Your answer should be the lines of the material that include the word "Locations".

DATASET EXCERPTS:
◇ ◇ ◇

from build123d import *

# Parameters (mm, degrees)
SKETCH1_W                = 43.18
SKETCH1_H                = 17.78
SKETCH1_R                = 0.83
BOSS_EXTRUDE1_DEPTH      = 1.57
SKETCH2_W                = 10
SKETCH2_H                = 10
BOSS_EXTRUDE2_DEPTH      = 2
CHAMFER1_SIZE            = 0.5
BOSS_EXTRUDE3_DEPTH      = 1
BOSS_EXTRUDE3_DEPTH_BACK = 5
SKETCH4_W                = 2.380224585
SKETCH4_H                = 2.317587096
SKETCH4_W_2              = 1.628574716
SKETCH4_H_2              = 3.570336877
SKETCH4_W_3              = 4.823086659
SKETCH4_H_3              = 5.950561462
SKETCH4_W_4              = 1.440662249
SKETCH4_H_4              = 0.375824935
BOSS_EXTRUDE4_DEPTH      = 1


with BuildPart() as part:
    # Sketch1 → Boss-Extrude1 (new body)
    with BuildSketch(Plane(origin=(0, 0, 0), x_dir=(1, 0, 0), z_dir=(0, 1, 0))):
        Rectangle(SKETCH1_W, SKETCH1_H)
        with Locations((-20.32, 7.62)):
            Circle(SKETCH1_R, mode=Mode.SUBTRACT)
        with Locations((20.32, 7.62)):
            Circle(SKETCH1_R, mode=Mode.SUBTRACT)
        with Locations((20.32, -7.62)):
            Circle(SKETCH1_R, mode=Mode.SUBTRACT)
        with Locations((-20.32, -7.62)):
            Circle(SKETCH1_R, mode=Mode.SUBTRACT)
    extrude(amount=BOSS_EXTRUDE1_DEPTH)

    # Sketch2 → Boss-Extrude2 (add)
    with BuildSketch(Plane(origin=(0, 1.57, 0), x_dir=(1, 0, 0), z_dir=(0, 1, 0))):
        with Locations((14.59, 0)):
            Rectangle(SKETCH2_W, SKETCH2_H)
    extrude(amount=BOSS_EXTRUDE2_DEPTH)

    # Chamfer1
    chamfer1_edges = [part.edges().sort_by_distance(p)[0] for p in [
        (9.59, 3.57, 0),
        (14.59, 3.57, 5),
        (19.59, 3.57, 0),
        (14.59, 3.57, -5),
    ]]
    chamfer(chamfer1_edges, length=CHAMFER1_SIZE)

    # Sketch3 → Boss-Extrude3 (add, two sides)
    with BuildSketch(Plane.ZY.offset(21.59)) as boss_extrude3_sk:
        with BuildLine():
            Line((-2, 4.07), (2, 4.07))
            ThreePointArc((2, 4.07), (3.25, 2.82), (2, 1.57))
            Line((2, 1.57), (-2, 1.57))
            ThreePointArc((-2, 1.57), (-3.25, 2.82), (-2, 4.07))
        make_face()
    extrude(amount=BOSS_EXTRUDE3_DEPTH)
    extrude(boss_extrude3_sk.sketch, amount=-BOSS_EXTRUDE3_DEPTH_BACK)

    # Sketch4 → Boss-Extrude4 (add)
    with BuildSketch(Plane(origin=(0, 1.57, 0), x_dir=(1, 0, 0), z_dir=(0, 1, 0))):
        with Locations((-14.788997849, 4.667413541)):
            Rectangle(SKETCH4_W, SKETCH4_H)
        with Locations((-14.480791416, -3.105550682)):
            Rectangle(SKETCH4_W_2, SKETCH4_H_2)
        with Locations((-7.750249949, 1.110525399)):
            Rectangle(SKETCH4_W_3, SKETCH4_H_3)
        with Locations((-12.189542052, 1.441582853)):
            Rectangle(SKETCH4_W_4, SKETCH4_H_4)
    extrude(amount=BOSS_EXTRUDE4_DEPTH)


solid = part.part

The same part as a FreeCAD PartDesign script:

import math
import FreeCAD as App
import Part
import Sketcher

V = App.Vector


def edges_at(feature, points):
    """Names of the edges that pass closest to the given points."""
    edges = feature.Shape.Edges
    near = lambda p: min(range(len(edges)), key=lambda i: edges[i].distToShape(Part.Vertex(*p))[0])
    return sorted({f"Edge{near(p) + 1}" for p in points})

doc = App.newDocument("Part")
body = doc.addObject("PartDesign::Body", "Body")

# Sketch on XZ plane
sketch1 = doc.addObject("Sketcher::SketchObject", "Sketch")
body.addObject(sketch1)
sketch1.AttachmentSupport = (doc.XZ_Plane, [""])
sketch1.MapMode = "FlatFace"
sketch1.addGeometry(Part.LineSegment(V(-21.59, -8.89, 0), V(-21.59, 8.89, 0)), False)
sketch1.addGeometry(Part.LineSegment(V(-21.59, 8.89, 0), V(21.59, 8.89, 0)), False)
sketch1.addGeometry(Part.LineSegment(V(21.59, 8.89, 0), V(21.59, -8.89, 0)), False)
sketch1.addGeometry(Part.LineSegment(V(21.59, -8.89, 0), V(-21.59, -8.89, 0)), False)
sketch1.addGeometry(Part.Circle(V(-20.32, 7.62, 0), V(0, 0, 1), 0.83), False)
sketch1.addGeometry(Part.Circle(V(20.32, 7.62, 0), V(0, 0, 1), 0.83), False)
sketch1.addGeometry(Part.Circle(V(-20.32, -7.62, 0), V(0, 0, 1), 0.83), False)
sketch1.addGeometry(Part.Circle(V(20.32, -7.62, 0), V(0, 0, 1), 0.83), False)
sketch1.addConstraint(Sketcher.Constraint("Coincident", 0, 2, 1, 1))
sketch1.addConstraint(Sketcher.Constraint("Coincident", 1, 2, 2, 1))
sketch1.addConstraint(Sketcher.Constraint("Coincident", 2, 2, 3, 1))
sketch1.addConstraint(Sketcher.Constraint("Coincident", 3, 2, 0, 1))
sketch1.addConstraint(Sketcher.Constraint("Vertical", 0))
sketch1.addConstraint(Sketcher.Constraint("Horizontal", 1))
sketch1.addConstraint(Sketcher.Constraint("Vertical", 2))
sketch1.addConstraint(Sketcher.Constraint("Horizontal", 3))
sketch1.addConstraint(Sketcher.Constraint("Equal", 4, 5))
sketch1.addConstraint(Sketcher.Constraint("Equal", 5, 6))
sketch1.addConstraint(Sketcher.Constraint("Equal", 6, 7))
sketch1.addConstraint(Sketcher.Constraint("Symmetric", 5, 3, 6, 3, -1, 1))
sketch1.addConstraint(Sketcher.Constraint("Symmetric", 4, 3, 7, 3, -1, 1))
sketch1.addConstraint(Sketcher.Constraint("Symmetric", 0, 2, 2, 2, -1, 1))
sketch1.addConstraint(Sketcher.Constraint("Symmetric", 4, 3, 5, 3, -2))
sketch1.addConstraint(Sketcher.Constraint("Diameter", 4, 1.66))
sketch1.addConstraint(Sketcher.Constraint("DistanceX", 1, 1, 1, 2, 43.18))
sketch1.addConstraint(Sketcher.Constraint("DistanceY", 0, 1, 0, 2, 17.78))
sketch1.addConstraint(Sketcher.Constraint("DistanceX", 4, 3, -1, 1, 20.32))
sketch1.addConstraint(Sketcher.Constraint("DistanceY", -1, 1, 4, 3, 7.62))
pad1 = doc.addObject("PartDesign::Pad", "Pad")
body.addObject(pad1)
pad1.Profile = sketch1
pad1.Length = 1.57
pad1.Reversed = True

# Sketch on XZ plane
sketch2 = doc.addObject("Sketcher::SketchObject", "Sketch001")
body.addObject(sketch2)
sketch2.AttachmentSupport = (doc.XZ_Plane, [""])
sketch2.MapMode = "FlatFace"
sketch2.AttachmentOffset = App.Placement(V(0, 0, -1.57), App.Rotation())
sketch2.addGeometry(Part.LineSegment(V(9.59, -5, 0), V(9.59, 5, 0)), False)
sketch2.addGeometry(Part.LineSegment(V(9.59, 5, 0), V(19.59, 5, 0)), False)
sketch2.addGeometry(Part.LineSegment(V(19.59, 5, 0), V(19.59, -5, 0)), False)
sketch2.addGeometry(Part.LineSegment(V(19.59, -5, 0), V(9.59, -5, 0)), False)
sketch2.addConstraint(Sketcher.Constraint("Coincident", 0, 2, 1, 1))
sketch2.addConstraint(Sketcher.Constraint("Coincident", 1, 2, 2, 1))
sketch2.addConstraint(Sketcher.Constraint("Coincident", 2, 2, 3, 1))
sketch2.addConstraint(Sketcher.Constraint("Coincident", 3, 2, 0, 1))
sketch2.addConstraint(Sketcher.Constraint("Vertical", 0))
sketch2.addConstraint(Sketcher.Constraint("Horizontal", 1))
sketch2.addConstraint(Sketcher.Constraint("Vertical", 2))
sketch2.addConstraint(Sketcher.Constraint("Horizontal", 3))
sketch2.addConstraint(Sketcher.Constraint("Equal", 3, 0))
sketch2.addConstraint(Sketcher.Constraint("DistanceX", 1, 1, 1, 2, 10.0))
sketch2.addConstraint(Sketcher.Constraint("DistanceY", -1, 1, 0, 2, 5.0))
sketch2.addConstraint(Sketcher.Constraint("DistanceX", -1, 1, 0, 2, 9.59))
pad2 = doc.addObject("PartDesign::Pad", "Pad001")
body.addObject(pad2)
pad2.Profile = sketch2
pad2.Length = 2
pad2.Reversed = True
doc.recompute()

chamfer = doc.addObject("PartDesign::Chamfer", "Chamfer")
body.addObject(chamfer)
chamfer.Base = (pad2, edges_at(pad2, [
    (9.59, 3.57, 0),
    (14.59, 3.57, 5),
    (19.59, 3.57, 0),
    (14.59, 3.57, -5),
]))
chamfer.Size = 0.5

# Sketch on YZ plane
sketch3 = doc.addObject("Sketcher::SketchObject", "Sketch002")
body.addObject(sketch3)
sketch3.AttachmentSupport = (doc.YZ_Plane, [""])
sketch3.MapMode = "FlatFace"
sketch3.AttachmentOffset = App.Placement(V(0, 0, -21.59), App.Rotation())
sketch3.addGeometry(Part.LineSegment(V(4.07, 2, 0), V(4.07, -2, 0)), False)
sketch3.addGeometry(Part.ArcOfCircle(Part.Circle(V(2.82, -2, 0), V(0, 0, 1), 1.25), math.radians(180), math.radians(360)), False)
sketch3.addGeometry(Part.LineSegment(V(1.57, -2, 0), V(1.57, 2, 0)), False)
sketch3.addGeometry(Part.ArcOfCircle(Part.Circle(V(2.82, 2, 0), V(0, 0, 1), 1.25), math.radians(0), math.radians(180)), False)
sketch3.addConstraint(Sketcher.Constraint("Tangent", 0, 2, 1, 2))
sketch3.addConstraint(Sketcher.Constraint("Tangent", 1, 1, 2, 1))
sketch3.addConstraint(Sketcher.Constraint("Tangent", 2, 2, 3, 2))
sketch3.addConstraint(Sketcher.Constraint("Tangent", 3, 1, 0, 1))
sketch3.addConstraint(Sketcher.Constraint("Vertical", 0))
sketch3.addConstraint(Sketcher.Constraint("Vertical", 2))
sketch3.addConstraint(Sketcher.Constraint("DistanceY", 0, 2, 0, 1, 4.0))
sketch3.addConstraint(Sketcher.Constraint("Radius", 1, 1.25))
sketch3.addConstraint(Sketcher.Constraint("DistanceY", 1, 3, -1, 1, 2.0))
sketch3.addConstraint(Sketcher.Constraint("DistanceX", -1, 1, 1, 3, 2.82))
pad3 = doc.addObject("PartDesign::Pad", "Pad002")
body.addObject(pad3)
pad3.Profile = sketch3
pad3.Type = "TwoLengths"
pad3.Length = 1
pad3.Length2 = 5
pad3.Reversed = True

# Sketch on XZ plane
sketch4 = doc.addObject("Sketcher::SketchObject", "Sketch003")
body.addObject(sketch4)
sketch4.AttachmentSupport = (doc.XZ_Plane, [""])
sketch4.MapMode = "FlatFace"
sketch4.AttachmentOffset = App.Placement(V(0, 0, -1.57), App.Rotation())
sketch4.addGeometry(Part.LineSegment(V(-15.97911, -5.826207, 0), V(-15.97911, -3.50862, 0)), False)
sketch4.addGeometry(Part.LineSegment(V(-15.97911, -3.50862, 0), V(-13.598886, -3.50862, 0)), False)
sketch4.addGeometry(Part.LineSegment(V(-13.598886, -3.50862, 0), V(-13.598886, -5.826207, 0)), False)
sketch4.addGeometry(Part.LineSegment(V(-13.598886, -5.826207, 0), V(-15.97911, -5.826207, 0)), False)
sketch4.addGeometry(Part.LineSegment(V(-15.295079, 1.320382, 0), V(-15.295079, 4.890719, 0)), False)
sketch4.addGeometry(Part.LineSegment(V(-15.295079, 4.890719, 0), V(-13.666504, 4.890719, 0)), False)
sketch4.addGeometry(Part.LineSegment(V(-13.666504, 4.890719, 0), V(-13.666504, 1.320382, 0)), False)
sketch4.addGeometry(Part.LineSegment(V(-13.666504, 1.320382, 0), V(-15.295079, 1.320382, 0)), False)
sketch4.addGeometry(Part.LineSegment(V(-10.161793, -4.085806, 0), V(-10.161793, 1.864755, 0)), False)
sketch4.addGeometry(Part.LineSegment(V(-10.161793, 1.864755, 0), V(-5.338707, 1.864755, 0)), False)
sketch4.addGeometry(Part.LineSegment(V(-5.338707, 1.864755, 0), V(-5.338707, -4.085806, 0)), False)
sketch4.addGeometry(Part.LineSegment(V(-5.338707, -4.085806, 0), V(-10.161793, -4.085806, 0)), False)
sketch4.addGeometry(Part.LineSegment(V(-12.909873, -1.629495, 0), V(-12.909873, -1.25367, 0)), False)
sketch4.addGeometry(Part.LineSegment(V(-12.909873, -1.25367, 0), V(-11.469211, -1.25367, 0)), False)
sketch4.addGeometry(Part.LineSegment(V(-11.469211, -1.25367, 0), V(-11.469211, -1.629495, 0)), False)
sketch4.addGeometry(Part.LineSegment(V(-11.469211, -1.629495, 0), V(-12.909873, -1.629495, 0)), False)
sketch4.addConstraint(Sketcher.Constraint("Coincident", 0, 2, 1, 1))
sketch4.addConstraint(Sketcher.Constraint("Coincident", 1, 2, 2, 1))
sketch4.addConstraint(Sketcher.Constraint("Coincident", 2, 2, 3, 1))
sketch4.addConstraint(Sketcher.Constraint("Coincident", 3, 2, 0, 1))
sketch4.addConstraint(Sketcher.Constraint("Coincident", 4, 2, 5, 1))
sketch4.addConstraint(Sketcher.Constraint("Coincident", 5, 2, 6, 1))
sketch4.addConstraint(Sketcher.Constraint("Coincident", 6, 2, 7, 1))
sketch4.addConstraint(Sketcher.Constraint("Coincident", 7, 2, 4, 1))
sketch4.addConstraint(Sketcher.Constraint("Coincident", 8, 2, 9, 1))
sketch4.addConstraint(Sketcher.Constraint("Coincident", 9, 2, 10, 1))
sketch4.addConstraint(Sketcher.Constraint("Coincident", 10, 2, 11, 1))
sketch4.addConstraint(Sketcher.Constraint("Coincident", 11, 2, 8, 1))
sketch4.addConstraint(Sketcher.Constraint("Coincident", 12, 2, 13, 1))
sketch4.addConstraint(Sketcher.Constraint("Coincident", 13, 2, 14, 1))
sketch4.addConstraint(Sketcher.Constraint("Coincident", 14, 2, 15, 1))
sketch4.addConstraint(Sketcher.Constraint("Coincident", 15, 2, 12, 1))
sketch4.addConstraint(Sketcher.Constraint("Vertical", 0))
sketch4.addConstraint(Sketcher.Constraint("Horizontal", 1))
sketch4.addConstraint(Sketcher.Constraint("Vertical", 2))
sketch4.addConstraint(Sketcher.Constraint("Horizontal", 3))
sketch4.addConstraint(Sketcher.Constraint("Vertical", 4))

◇ ◇ ◇

COMPLETED TASK:
        with Locations((-20.32, 7.62)):
        with Locations((20.32, 7.62)):
        with Locations((20.32, -7.62)):
        with Locations((-20.32, -7.62)):
        with Locations((14.59, 0)):
        with Locations((-14.788997849, 4.667413541)):
        with Locations((-14.480791416, -3.105550682)):
        with Locations((-7.750249949, 1.110525399)):
        with Locations((-12.189542052, 1.441582853)):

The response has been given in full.